> [Work required] Could you reproduce the lines below from the one with "#72=EDGE_CURVE('',#14,#69,#71,.T.);" through the one with "#95=LINE('',#94,#19);"? Keep both ends and add nothing.

Stored items:
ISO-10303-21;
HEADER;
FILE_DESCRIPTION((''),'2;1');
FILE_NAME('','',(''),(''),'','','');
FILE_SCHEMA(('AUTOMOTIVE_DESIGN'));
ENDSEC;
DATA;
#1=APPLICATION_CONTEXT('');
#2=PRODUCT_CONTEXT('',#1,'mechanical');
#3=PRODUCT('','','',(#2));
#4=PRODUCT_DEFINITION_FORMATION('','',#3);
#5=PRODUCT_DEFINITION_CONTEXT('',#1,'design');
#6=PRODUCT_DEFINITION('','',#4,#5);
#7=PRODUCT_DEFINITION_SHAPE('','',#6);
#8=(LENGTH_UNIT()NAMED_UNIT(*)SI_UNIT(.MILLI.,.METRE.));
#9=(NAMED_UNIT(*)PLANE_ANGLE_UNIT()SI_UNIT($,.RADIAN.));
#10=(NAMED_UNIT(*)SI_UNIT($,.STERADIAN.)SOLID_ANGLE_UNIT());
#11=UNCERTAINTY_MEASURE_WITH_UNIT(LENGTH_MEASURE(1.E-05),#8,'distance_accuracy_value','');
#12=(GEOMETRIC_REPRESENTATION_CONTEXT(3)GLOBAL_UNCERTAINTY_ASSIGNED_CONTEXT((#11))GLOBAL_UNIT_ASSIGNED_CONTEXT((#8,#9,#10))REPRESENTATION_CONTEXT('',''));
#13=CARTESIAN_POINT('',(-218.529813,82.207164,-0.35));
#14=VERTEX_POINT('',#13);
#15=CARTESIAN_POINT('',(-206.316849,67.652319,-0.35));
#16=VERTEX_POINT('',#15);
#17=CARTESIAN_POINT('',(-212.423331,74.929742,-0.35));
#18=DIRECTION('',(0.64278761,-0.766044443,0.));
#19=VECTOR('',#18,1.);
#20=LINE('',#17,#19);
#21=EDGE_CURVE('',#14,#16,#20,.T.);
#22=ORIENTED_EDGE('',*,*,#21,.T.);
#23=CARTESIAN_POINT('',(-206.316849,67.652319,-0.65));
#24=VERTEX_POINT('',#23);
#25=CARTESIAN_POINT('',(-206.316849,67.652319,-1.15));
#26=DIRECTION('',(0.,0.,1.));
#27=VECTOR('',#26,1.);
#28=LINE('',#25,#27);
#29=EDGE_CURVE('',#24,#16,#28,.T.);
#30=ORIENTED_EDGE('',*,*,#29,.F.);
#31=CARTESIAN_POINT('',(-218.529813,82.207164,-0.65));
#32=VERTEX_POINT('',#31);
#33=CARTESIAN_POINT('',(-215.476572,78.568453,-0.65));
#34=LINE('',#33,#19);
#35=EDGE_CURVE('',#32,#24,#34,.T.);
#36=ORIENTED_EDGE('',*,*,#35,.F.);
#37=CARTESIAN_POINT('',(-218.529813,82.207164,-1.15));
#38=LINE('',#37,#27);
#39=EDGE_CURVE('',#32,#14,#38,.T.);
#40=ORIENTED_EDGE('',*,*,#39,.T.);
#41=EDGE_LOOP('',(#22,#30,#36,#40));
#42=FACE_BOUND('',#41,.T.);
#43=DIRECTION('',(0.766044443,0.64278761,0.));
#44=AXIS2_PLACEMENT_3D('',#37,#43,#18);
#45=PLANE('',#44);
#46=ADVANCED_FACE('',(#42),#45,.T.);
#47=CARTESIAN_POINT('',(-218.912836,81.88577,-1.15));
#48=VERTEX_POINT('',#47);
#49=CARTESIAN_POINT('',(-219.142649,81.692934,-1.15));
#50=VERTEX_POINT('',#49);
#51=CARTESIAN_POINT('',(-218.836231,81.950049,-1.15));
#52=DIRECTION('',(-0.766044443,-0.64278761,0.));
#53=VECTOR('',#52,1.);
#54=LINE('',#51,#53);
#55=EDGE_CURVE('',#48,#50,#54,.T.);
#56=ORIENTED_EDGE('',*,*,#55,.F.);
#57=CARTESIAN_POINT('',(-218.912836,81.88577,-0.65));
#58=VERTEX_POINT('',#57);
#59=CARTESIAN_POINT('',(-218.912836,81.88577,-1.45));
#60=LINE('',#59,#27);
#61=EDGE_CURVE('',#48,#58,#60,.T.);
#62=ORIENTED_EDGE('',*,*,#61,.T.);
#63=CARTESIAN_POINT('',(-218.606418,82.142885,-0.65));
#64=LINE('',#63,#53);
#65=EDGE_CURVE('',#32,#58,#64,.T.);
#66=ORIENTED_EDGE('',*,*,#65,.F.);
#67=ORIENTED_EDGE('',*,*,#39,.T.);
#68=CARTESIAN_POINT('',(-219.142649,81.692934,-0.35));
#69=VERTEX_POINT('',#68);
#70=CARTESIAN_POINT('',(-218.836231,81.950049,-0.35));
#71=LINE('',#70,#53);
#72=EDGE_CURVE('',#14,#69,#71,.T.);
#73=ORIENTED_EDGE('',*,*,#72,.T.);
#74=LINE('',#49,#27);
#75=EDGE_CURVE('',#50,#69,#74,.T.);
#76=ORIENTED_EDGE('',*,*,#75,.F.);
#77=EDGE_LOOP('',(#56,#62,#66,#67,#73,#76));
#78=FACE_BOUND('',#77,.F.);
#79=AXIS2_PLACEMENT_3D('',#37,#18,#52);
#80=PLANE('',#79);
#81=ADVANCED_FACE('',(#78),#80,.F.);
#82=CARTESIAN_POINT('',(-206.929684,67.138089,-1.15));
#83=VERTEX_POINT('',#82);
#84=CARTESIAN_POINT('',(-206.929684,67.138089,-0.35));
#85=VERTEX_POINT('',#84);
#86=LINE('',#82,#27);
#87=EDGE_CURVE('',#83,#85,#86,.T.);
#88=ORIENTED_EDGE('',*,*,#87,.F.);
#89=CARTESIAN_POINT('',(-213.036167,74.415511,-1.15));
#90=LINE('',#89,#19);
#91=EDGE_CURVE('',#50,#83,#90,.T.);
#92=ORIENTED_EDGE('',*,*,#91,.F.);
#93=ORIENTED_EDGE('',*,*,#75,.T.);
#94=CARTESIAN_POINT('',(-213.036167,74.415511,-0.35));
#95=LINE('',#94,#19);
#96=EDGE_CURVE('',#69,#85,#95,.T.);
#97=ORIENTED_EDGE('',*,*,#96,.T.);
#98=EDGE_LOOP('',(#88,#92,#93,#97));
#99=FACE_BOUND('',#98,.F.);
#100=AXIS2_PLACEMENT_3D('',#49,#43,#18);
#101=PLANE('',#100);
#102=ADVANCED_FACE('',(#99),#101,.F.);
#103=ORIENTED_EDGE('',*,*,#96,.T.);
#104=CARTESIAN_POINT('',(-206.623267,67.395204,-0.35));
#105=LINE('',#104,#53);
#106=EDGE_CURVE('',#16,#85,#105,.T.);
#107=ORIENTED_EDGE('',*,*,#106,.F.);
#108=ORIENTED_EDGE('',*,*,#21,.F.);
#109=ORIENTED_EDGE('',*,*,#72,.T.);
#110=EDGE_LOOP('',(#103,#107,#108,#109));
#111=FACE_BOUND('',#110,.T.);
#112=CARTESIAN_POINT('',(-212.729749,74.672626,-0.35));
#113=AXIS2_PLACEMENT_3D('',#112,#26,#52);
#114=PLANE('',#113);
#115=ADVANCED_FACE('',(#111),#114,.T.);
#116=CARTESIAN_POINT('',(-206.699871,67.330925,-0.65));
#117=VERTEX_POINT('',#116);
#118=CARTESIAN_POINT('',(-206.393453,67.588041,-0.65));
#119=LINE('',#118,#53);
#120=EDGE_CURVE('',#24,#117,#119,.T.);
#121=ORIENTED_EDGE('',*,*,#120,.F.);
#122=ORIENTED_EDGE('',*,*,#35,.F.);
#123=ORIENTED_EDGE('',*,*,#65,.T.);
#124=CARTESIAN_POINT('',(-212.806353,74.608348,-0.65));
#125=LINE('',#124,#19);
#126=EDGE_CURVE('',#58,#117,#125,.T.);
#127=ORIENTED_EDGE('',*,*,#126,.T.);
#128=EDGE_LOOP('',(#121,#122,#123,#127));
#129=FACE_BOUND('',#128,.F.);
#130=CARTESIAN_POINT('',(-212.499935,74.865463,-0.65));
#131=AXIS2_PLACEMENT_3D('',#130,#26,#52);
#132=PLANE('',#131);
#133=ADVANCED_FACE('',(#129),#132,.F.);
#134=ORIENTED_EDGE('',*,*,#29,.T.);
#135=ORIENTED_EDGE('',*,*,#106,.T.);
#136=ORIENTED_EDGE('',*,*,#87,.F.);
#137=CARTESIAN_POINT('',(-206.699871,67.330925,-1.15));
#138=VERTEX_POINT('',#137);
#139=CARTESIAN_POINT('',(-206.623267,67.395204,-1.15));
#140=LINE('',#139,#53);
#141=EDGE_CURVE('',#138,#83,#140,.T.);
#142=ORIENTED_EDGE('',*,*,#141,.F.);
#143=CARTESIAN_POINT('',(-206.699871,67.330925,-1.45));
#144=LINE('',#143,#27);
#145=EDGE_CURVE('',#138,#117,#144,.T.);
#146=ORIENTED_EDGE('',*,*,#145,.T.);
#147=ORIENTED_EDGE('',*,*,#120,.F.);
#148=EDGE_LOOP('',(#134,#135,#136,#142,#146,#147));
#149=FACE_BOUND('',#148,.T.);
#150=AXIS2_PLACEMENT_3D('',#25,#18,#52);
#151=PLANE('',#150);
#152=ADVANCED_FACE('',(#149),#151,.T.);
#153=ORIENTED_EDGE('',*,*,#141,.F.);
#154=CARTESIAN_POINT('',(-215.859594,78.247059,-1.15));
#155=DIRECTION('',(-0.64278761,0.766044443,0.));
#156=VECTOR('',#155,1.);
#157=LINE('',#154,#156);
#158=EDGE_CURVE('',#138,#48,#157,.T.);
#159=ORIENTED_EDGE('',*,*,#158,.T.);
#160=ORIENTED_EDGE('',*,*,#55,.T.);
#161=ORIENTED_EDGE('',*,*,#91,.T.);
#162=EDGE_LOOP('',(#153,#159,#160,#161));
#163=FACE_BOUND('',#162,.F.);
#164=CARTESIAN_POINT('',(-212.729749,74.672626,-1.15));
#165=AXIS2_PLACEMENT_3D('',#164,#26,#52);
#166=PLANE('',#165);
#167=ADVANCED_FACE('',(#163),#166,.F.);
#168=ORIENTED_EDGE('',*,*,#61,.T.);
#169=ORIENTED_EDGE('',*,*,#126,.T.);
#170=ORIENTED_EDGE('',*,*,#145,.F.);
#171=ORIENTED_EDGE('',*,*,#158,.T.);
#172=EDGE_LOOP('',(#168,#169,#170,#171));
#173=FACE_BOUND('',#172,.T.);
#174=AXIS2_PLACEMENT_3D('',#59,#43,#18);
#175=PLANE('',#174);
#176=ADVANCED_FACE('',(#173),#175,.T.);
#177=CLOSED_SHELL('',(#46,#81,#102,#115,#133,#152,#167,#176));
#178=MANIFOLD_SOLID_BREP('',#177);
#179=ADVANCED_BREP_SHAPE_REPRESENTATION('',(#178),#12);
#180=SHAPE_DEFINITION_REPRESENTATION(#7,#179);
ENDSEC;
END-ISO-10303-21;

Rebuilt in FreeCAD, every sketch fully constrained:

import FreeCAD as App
import Part
import Sketcher
from FreeCAD import Vector

doc = App.newDocument("Part")
body = doc.addObject("PartDesign::Body", "Body")

# Sketch on XY plane
sketch1 = doc.addObject("Sketcher::SketchObject", "Sketch")
body.addObject(sketch1)
sketch1.AttachmentSupport = (doc.XY_Plane, [""])
sketch1.MapMode = "FlatFace"
sketch1.addGeometry([
    Part.LineSegment(Vector(0, 19, 0), Vector(0, 0, 0)),
    Part.LineSegment(Vector(0, 0, 0), Vector(0.8, 0, 0)),
    Part.LineSegment(Vector(0.8, 0, 0), Vector(0.8, 19, 0)),
    Part.LineSegment(Vector(0.8, 19, 0), Vector(0, 19, 0)),
], False)
sketch1.addConstraint([
    Sketcher.Constraint("Coincident", 0, 2, 1, 1),
    Sketcher.Constraint("Coincident", 1, 2, 2, 1),
    Sketcher.Constraint("Coincident", 2, 2, 3, 1),
    Sketcher.Constraint("Coincident", 3, 2, 0, 1),
    Sketcher.Constraint("Vertical", 0),
    Sketcher.Constraint("Horizontal", 1),
    Sketcher.Constraint("Vertical", 2),
    Sketcher.Constraint("Horizontal", 3),
    Sketcher.Constraint("Coincident", 0, 2, -1, 1),
    Sketcher.Constraint("DistanceY", 0, 2, 0, 1, 19.0),
    Sketcher.Constraint("DistanceX", 1, 1, 1, 2, 0.8),
])
pad1 = doc.addObject("PartDesign::Pad", "Pad")
body.addObject(pad1)
pad1.Profile = sketch1
pad1.Length = 0.8
body2 = doc.addObject("PartDesign::Body", "Body001")

# Sketch on XY plane
sketch2 = doc.addObject("Sketcher::SketchObject", "Sketch001")
body2.addObject(sketch2)
sketch2.AttachmentSupport = (doc.getObject("XY_Plane001"), [""])
sketch2.MapMode = "FlatFace"
sketch2.AttachmentOffset = App.Placement(Vector(0, 0, 0.3), App.Rotation())
sketch2.addGeometry([
    Part.LineSegment(Vector(0.3, 19, 0), Vector(0.3, 0, 0)),
    Part.LineSegment(Vector(0.3, 0, 0), Vector(1.1, 0, 0)),
    Part.LineSegment(Vector(1.1, 0, 0), Vector(1.1, 19, 0)),
    Part.LineSegment(Vector(1.1, 19, 0), Vector(0.3, 19, 0)),
], False)
sketch2.addConstraint([
    Sketcher.Constraint("Coincident", 0, 2, 1, 1),
    Sketcher.Constraint("Coincident", 1, 2, 2, 1),
    Sketcher.Constraint("Coincident", 2, 2, 3, 1),
    Sketcher.Constraint("Coincident", 3, 2, 0, 1),
    Sketcher.Constraint("Vertical", 0),
    Sketcher.Constraint("Horizontal", 1),
    Sketcher.Constraint("Vertical", 2),
    Sketcher.Constraint("Horizontal", 3),
    Sketcher.Constraint("PointOnObject", 0, 2, -1),
    Sketcher.Constraint("DistanceY", 0, 2, 0, 1, 19.0),
    Sketcher.Constraint("DistanceX", 1, 1, 1, 2, 0.8),
    Sketcher.Constraint("DistanceX", -1, 1, 0, 2, 0.3),
])
pad2 = doc.addObject("PartDesign::Pad", "Pad001")
body2.addObject(pad2)
pad2.Profile = sketch2
pad2.Length = 0.8
doc.recompute()

boolean = doc.addObject("PartDesign::Boolean", "Boolean")
body2.addObject(boolean)
boolean.Type = "Cut"
boolean.addObjects([body])
body3 = doc.addObject("PartDesign::Body", "Body002")
doc.recompute()

body2.Placement = App.Placement(Vector(-218.3, 82.4, -1.45), App.Rotation(Vector(0, 0, 1), 220))
boolean2 = doc.addObject("PartDesign::Boolean", "Boolean001")
body3.addObject(boolean2)
boolean2.Type = "Fuse"
boolean2.addObjects([body2])

doc.recompute()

> [Problem solution]
#72=EDGE_CURVE('',#14,#69,#71,.T.);
#73=ORIENTED_EDGE('',*,*,#72,.T.);
#74=LINE('',#49,#27);
#75=EDGE_CURVE('',#50,#69,#74,.T.);
#76=ORIENTED_EDGE('',*,*,#75,.F.);
#77=EDGE_LOOP('',(#56,#62,#66,#67,#73,#76));
#78=FACE_BOUND('',#77,.F.);
#79=AXIS2_PLACEMENT_3D('',#37,#18,#52);
#80=PLANE('',#79);
#81=ADVANCED_FACE('',(#78),#80,.F.);
#82=CARTESIAN_POINT('',(-206.929684,67.138089,-1.15));
#83=VERTEX_POINT('',#82);
#84=CARTESIAN_POINT('',(-206.929684,67.138089,-0.35));
#85=VERTEX_POINT('',#84);
#86=LINE('',#82,#27);
#87=EDGE_CURVE('',#83,#85,#86,.T.);
#88=ORIENTED_EDGE('',*,*,#87,.F.);
#89=CARTESIAN_POINT('',(-213.036167,74.415511,-1.15));
#90=LINE('',#89,#19);
#91=EDGE_CURVE('',#50,#83,#90,.T.);
#92=ORIENTED_EDGE('',*,*,#91,.F.);
#93=ORIENTED_EDGE('',*,*,#75,.T.);
#94=CARTESIAN_POINT('',(-213.036167,74.415511,-0.35));
#95=LINE('',#94,#19);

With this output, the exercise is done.